In this video, I have a super quick tutorial showing you how to create a multi-agent chatbot using LangGraph, MCP, and GPT-5 to build a powerful agent chatbot for your business or personal use.
In 2025, the evolution of AI will enter a new stage. OpenAI's long-awaited next-generation AI model, GPT-5, is a "super assistant" that overturns conventional wisdom.
This new Model, which OpenAI touts as "the smartest, fastest, and most useful model on the market," goes beyond simply improving performance and has the potential to revolutionize the very way we interact with AI.
ChatGPT-3 felt like talking to a high school student - there were great moments and frustrating ones, but people still found value in using it. GPT-4 felt closer to speaking with a college student, showing signs of real intelligence and practical utility. With GPT-5, it feels like you're talking to an expert - a PhD-level specialist who can provide on-demand support in virtually any area you need.
An MCP server is like a "window" that collectively provides external functions (tools) that users want to use. For example, it has the advantage of being able to handle multiple tools with a single system, such as searching local files, retrieving information from YouTube, and querying weather APIs.
Because it can be flexibly integrated with chat tools like Cursor, it is becoming an indispensable feature for developers and creators.
So, let me give you a quick demo of a live chatbot to show you what I mean.
Check a video
I will ask the chatbot two different questions. The first one is: "Summarise this YouTube video in 50 words. Here is the video link: https://www.youtube.com/watch?v=2f3K43FHRKo." Feel free to ask any questions you want.
If you look at how the chatbot generates the output, you will see that the agent uses the YouTube Transcript API to parse YouTube video IDs from URLs and fetch transcripts. For the second question, I asked, "What is FastMCP?" The agent uses the Web Scraper MCP to extract data from the web and formats the response to return only the results array.

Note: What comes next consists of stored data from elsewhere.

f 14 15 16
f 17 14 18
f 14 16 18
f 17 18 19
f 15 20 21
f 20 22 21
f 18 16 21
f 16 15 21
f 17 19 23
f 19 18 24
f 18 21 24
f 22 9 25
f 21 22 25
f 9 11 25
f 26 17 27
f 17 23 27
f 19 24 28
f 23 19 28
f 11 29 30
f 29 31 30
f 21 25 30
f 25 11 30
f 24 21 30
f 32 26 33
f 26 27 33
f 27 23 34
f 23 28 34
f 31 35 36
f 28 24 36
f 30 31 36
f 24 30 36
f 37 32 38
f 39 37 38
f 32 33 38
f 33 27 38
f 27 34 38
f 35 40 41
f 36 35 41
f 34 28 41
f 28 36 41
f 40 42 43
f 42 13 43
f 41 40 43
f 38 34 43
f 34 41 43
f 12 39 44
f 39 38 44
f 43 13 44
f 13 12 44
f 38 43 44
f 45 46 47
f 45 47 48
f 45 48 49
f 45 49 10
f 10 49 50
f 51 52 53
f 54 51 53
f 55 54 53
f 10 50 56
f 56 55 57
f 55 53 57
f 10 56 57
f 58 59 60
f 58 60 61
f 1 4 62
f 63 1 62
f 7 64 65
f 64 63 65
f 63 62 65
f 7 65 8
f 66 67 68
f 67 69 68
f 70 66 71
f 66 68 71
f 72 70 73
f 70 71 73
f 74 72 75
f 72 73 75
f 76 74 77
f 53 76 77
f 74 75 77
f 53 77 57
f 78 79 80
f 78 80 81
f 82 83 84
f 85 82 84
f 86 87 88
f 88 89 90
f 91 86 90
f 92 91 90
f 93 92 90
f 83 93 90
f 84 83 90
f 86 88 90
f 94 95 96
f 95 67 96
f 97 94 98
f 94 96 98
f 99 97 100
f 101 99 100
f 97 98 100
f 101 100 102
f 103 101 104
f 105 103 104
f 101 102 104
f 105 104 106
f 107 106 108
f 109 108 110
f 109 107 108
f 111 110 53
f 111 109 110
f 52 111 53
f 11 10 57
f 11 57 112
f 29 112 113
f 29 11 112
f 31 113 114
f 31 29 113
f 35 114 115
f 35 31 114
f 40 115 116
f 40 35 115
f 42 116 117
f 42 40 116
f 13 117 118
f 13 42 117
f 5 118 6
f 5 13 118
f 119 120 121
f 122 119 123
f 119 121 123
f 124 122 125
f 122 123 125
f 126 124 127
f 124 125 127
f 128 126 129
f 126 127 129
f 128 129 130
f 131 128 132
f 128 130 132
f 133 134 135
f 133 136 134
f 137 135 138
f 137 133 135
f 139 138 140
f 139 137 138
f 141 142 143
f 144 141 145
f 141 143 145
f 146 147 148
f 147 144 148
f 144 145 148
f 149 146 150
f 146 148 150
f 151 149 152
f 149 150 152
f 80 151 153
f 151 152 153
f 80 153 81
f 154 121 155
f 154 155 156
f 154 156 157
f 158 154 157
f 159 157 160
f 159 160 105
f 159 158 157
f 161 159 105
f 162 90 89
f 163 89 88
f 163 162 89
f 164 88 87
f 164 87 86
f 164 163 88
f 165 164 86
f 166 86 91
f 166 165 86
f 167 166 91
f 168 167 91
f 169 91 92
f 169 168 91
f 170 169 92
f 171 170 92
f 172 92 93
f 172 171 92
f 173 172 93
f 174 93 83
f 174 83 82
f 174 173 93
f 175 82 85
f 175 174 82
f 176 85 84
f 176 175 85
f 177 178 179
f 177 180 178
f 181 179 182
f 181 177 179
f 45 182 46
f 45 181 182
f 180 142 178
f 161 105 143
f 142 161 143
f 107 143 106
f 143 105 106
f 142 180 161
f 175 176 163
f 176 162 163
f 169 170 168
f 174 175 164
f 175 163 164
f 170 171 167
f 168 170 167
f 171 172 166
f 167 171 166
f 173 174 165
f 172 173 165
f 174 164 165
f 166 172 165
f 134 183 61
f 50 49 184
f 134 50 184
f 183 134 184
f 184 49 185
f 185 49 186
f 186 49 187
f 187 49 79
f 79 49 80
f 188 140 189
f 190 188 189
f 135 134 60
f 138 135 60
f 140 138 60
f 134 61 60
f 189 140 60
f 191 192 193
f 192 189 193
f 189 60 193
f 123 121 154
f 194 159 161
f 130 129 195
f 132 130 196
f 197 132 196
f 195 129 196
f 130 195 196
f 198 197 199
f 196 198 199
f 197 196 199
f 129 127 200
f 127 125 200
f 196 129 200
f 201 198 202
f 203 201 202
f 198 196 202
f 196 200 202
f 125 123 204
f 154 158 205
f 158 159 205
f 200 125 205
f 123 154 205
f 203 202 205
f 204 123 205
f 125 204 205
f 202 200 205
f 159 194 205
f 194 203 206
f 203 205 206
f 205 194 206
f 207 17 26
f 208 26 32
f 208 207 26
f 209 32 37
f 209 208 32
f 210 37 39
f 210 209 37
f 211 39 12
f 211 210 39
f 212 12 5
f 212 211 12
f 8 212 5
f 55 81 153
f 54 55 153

The client loads all available tools from each server into a unified toolset, with error handling for failed servers. It then creates a React agent using GPT-5 that can reason about which tools to use and call them sequentially. A system message instructs the agent about its available capabilities.
The agent processes user queries by deciding which tools to invoke based on the request context and returns the final response after all tool interactions are complete.
What's so great about it?
Just 20 minutes into the press conference, we concluded that this was "AI's moon landing moment. "

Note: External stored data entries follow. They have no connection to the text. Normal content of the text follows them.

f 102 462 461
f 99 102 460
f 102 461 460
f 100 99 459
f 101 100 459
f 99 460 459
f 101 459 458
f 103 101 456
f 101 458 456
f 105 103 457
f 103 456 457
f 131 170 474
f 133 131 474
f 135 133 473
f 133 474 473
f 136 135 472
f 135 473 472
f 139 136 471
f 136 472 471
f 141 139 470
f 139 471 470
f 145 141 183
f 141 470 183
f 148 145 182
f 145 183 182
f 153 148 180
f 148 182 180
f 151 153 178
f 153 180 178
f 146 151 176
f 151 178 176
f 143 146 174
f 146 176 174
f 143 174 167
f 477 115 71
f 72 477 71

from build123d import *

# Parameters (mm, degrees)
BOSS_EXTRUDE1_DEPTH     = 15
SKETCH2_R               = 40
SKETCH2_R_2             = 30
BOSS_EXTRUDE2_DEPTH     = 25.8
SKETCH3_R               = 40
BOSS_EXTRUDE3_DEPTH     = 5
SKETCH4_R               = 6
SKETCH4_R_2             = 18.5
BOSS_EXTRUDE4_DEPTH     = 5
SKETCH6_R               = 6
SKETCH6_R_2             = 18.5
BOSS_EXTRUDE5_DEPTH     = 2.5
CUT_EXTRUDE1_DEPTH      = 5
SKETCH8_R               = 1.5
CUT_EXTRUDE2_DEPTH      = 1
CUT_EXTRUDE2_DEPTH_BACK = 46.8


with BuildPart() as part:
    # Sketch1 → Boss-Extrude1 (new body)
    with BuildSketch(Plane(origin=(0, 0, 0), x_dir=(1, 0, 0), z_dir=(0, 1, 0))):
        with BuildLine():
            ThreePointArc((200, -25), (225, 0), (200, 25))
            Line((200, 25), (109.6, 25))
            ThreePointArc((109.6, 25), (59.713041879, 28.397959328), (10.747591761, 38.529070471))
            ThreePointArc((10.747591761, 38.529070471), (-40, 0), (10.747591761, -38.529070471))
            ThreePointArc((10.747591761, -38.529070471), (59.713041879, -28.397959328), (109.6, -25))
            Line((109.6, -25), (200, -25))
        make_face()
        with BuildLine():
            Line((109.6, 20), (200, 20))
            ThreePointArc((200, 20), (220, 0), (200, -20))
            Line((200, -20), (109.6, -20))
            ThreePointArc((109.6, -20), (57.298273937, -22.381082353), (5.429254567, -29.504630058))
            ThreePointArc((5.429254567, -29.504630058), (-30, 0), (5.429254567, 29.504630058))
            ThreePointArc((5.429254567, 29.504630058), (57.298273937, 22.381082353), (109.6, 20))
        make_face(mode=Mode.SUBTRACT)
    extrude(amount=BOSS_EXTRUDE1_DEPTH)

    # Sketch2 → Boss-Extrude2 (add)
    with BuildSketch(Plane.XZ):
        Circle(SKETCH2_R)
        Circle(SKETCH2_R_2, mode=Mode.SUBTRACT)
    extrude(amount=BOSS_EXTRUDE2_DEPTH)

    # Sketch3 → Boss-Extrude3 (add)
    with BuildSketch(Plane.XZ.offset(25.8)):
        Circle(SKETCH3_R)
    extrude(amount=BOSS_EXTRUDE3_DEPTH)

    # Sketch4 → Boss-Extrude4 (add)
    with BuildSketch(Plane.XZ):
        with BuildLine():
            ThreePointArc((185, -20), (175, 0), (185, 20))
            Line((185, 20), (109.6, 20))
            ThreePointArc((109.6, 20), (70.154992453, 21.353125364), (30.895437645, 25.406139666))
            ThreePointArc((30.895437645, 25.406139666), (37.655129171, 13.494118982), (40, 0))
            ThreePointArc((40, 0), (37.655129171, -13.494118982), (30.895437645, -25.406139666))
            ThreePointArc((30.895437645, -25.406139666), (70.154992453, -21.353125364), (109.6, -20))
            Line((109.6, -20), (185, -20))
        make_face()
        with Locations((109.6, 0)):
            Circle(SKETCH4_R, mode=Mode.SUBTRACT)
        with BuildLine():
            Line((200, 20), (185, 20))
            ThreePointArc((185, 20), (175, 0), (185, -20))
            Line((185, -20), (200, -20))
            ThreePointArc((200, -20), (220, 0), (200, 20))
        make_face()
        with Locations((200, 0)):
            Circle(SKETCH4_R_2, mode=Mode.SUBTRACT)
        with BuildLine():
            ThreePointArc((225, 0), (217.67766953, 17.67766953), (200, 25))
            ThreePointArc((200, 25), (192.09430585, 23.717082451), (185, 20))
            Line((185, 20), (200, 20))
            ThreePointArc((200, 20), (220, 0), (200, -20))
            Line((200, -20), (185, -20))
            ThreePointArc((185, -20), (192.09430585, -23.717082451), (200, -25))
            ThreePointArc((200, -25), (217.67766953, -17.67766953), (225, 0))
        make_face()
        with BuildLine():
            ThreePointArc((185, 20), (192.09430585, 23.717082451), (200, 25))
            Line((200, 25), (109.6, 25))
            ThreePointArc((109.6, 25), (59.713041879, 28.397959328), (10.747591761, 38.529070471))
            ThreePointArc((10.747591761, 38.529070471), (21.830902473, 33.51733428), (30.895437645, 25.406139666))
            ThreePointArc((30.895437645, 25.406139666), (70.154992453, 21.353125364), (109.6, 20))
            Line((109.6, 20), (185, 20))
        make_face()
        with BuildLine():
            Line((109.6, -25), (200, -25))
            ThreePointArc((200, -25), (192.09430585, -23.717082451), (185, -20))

GPT-5 is not just an iteration of GPT-4; GPT-5 is a true paradigm shift in intelligence!
1. Fusion Model
GPT-5 is an integrated model. In the future, there will be no need to switch models manually. GPT-5 will decide on its own when it needs to think more deeply. It is also the new default option for all logged-in users.
2. Say goodbye to illusions
The current situation, where large models are "topped up as soon as they are released", is no longer the most important thing. What really matters is "practicality".
The accuracy of GPT-5 has been improved at an epic level, and one can almost say, "Say goodbye to model hallucinations and start with GPT-5."
It has also gotten better at writing (I'm more emotional)
In a text demo, it was able to generate eulogies with more rhythm and emotion than GPT-4o. This means that it not only has a higher IQ, but also a higher EQ (emotional intelligence). It is capable of responding more human-like and heartfelt than 4o.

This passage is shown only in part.